- What you are asked to do -
Go to the line containing "properties part number" in the records below and print it and every following line exactly, on through the line containing "FreeCAD Python script", then stop.

*** Opening Input material ***

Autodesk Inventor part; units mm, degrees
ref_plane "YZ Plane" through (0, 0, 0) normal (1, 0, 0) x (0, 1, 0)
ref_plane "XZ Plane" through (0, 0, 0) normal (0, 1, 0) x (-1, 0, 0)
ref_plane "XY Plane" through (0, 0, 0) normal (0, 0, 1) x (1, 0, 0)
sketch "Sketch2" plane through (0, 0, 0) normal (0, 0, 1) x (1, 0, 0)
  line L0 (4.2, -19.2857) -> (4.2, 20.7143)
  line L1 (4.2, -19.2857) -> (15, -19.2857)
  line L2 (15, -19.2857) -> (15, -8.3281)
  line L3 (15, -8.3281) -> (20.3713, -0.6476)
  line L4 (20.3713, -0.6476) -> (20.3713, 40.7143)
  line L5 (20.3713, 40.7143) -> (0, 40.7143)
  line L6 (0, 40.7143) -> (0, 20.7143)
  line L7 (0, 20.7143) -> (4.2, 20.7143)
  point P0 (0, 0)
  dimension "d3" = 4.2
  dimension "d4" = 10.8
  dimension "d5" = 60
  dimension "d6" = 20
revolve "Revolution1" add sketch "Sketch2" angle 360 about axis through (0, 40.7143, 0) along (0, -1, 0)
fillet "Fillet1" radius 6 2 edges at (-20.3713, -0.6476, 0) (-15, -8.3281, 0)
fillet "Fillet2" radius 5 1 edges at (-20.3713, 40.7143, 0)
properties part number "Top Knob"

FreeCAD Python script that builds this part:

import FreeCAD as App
import Part
import Sketcher

V = App.Vector
Q = App.Units.Quantity


def edges_at(feature, points):
    """Names of the edges that pass closest to the given points."""
    edges = feature.Shape.Edges
    near = lambda p: min(range(len(edges)), key=lambda i: edges[i].distToShape(Part.Vertex(*p))[0])
    return sorted({f"Edge{near(p) + 1}" for p in points})


def add_polygon(sketch, points):
    """Adds a closed chain of lines whose ends are joined by coincident constraints."""
    first, n = sketch.GeometryCount, len(points)
    for a, b in zip(points, points[1:] + points[:1]):
        sketch.addGeometry(Part.LineSegment(App.Vector(*a, 0), App.Vector(*b, 0)), False)
    for i in range(n):
        sketch.addConstraint(Sketcher.Constraint("Coincident", first + i, 2, first + (i + 1) % n, 1))

doc = App.newDocument("Part")
params = doc.addObject("Spreadsheet::Sheet", "Params")
for row, (alias, value) in enumerate([
    ("sketch1_height", "20 mm"),
    ("sketch1_width", "10.8 mm"),
    ("sketch1_width2", "4.2 mm"),
    ("revolution_angle", "360 deg"),
    ("fillet_radius", "6 mm"),
    ("fillet2_radius", "5 mm"),
], start=1):
    params.set(f"A{row}", alias)
    params.set(f"B{row}", "=" + value)
    params.setAlias(f"B{row}", alias)

body = doc.addObject("PartDesign::Body", "Body")

sketch1 = doc.addObject("Sketcher::SketchObject", "Sketch")
body.addObject(sketch1)
sketch1.AttachmentSupport = (doc.XY_Plane, [""])
sketch1.MapMode = "FlatFace"
add_polygon(sketch1, [(4.2, 20.7), (4.2, -19.3), (15, -19.3), (15, -8.3), (20.4, -0.6), (20.4, 40.7), (0, 40.7), (0, 20.7)])
sketch1.addConstraint([
    Sketcher.Constraint("Vertical", 0),
    Sketcher.Constraint("Horizontal", 1),
    Sketcher.Constraint("Vertical", 2),
    Sketcher.Constraint("Vertical", 4),
    Sketcher.Constraint("Horizontal", 5),
    Sketcher.Constraint("Vertical", 6),
    Sketcher.Constraint("Horizontal", 7),
    Sketcher.Constraint("PointOnObject", 5, 2, -2),
    Sketcher.Constraint("DistanceY", 6, 2, 6, 1, Q("20 mm")),
    Sketcher.Constraint("DistanceX", 1, 1, 1, 2, Q("10.8 mm")),
    Sketcher.Constraint("DistanceX", 7, 1, 7, 2, Q("4.2 mm")),
    Sketcher.Constraint("DistanceY", 1, 2, 4, 2, Q("60 mm")),
    Sketcher.Constraint("DistanceY", 4, 1, 4, 2, Q("41.362 mm")),
    Sketcher.Constraint("DistanceX", 5, 2, 5, 1, Q("20.3713 mm")),
    Sketcher.Constraint("DistanceY", 2, 1, 2, 2, Q("10.9576 mm")),
    Sketcher.Constraint("DistanceY", 2, 2, -1, 1, Q("8.328 mm")),
])
sketch1.setExpression("Constraints[16]", "Params.sketch1_height")
sketch1.setExpression("Constraints[17]", "Params.sketch1_width")
sketch1.setExpression("Constraints[18]", "Params.sketch1_width2")
revolution = doc.addObject("PartDesign::Revolution", "Revolution")
body.addObject(revolution)
revolution.Profile = sketch1
revolution.ReferenceAxis = (sketch1, ["V_Axis"])
revolution.setExpression("Angle", "Params.revolution_angle")
doc.recompute()

fillet = doc.addObject("PartDesign::Fillet", "Fillet")
body.addObject(fillet)
fillet.Base = (revolution, edges_at(revolution, [(-20.371, -0.648, 0), (-15, -8.328, 0)]))
fillet.setExpression("Radius", "Params.fillet_radius")
doc.recompute()

fillet2 = doc.addObject("PartDesign::Fillet", "Fillet001")
body.addObject(fillet2)
fillet2.Base = (fillet, edges_at(fillet, [(-20.371, 40.714, 0)]))
fillet2.setExpression("Radius", "Params.fillet2_radius")

doc.recompute()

*** Closing Input material ***

- Solution below -
properties part number "Top Knob"

FreeCAD Python script that builds this part:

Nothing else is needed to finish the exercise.